■ **WORK ORDER**: Output only the lines below from the one containing "line L2 (110.2956, -208.1267)" to the one containing "FreeCAD Python script", exactly as written, both ends kept.

■ **MATERIAL PROVIDED**:
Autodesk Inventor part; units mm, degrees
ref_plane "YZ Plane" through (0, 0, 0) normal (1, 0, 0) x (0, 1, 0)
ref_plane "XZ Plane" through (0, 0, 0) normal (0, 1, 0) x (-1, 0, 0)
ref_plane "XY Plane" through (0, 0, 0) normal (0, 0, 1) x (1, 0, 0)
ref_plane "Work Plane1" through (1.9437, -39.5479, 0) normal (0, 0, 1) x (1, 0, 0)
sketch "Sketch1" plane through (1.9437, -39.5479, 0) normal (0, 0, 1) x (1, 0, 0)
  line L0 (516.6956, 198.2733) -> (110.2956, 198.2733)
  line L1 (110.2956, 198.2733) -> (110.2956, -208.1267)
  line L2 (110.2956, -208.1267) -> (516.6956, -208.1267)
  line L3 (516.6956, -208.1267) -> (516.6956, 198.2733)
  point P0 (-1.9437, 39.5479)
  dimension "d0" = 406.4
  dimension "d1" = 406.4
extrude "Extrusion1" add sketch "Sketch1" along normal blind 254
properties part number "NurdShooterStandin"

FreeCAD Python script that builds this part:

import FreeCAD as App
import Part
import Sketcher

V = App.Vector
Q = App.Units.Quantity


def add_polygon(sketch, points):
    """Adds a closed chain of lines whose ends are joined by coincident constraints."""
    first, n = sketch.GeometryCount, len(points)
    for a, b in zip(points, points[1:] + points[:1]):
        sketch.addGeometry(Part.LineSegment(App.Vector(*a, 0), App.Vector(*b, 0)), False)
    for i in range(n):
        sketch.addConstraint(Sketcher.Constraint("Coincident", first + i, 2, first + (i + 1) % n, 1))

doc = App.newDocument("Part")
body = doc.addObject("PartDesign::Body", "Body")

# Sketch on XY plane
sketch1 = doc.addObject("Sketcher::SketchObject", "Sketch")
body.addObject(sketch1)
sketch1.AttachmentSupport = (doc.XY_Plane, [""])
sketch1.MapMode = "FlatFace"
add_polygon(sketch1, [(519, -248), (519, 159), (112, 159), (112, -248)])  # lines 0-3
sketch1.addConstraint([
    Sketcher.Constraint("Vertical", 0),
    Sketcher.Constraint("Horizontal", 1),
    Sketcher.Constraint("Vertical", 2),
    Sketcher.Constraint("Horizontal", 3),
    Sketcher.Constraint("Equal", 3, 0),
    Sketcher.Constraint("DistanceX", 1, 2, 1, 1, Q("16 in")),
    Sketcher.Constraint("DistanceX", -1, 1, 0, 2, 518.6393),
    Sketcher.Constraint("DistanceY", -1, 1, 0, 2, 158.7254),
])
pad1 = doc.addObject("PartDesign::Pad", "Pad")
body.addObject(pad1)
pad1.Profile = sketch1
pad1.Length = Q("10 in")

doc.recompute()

■ **ANSWER BOX**:
  line L2 (110.2956, -208.1267) -> (516.6956, -208.1267)
  line L3 (516.6956, -208.1267) -> (516.6956, 198.2733)
  point P0 (-1.9437, 39.5479)
  dimension "d0" = 406.4
  dimension "d1" = 406.4
extrude "Extrusion1" add sketch "Sketch1" along normal blind 254
properties part number "NurdShooterStandin"

FreeCAD Python script that builds this part:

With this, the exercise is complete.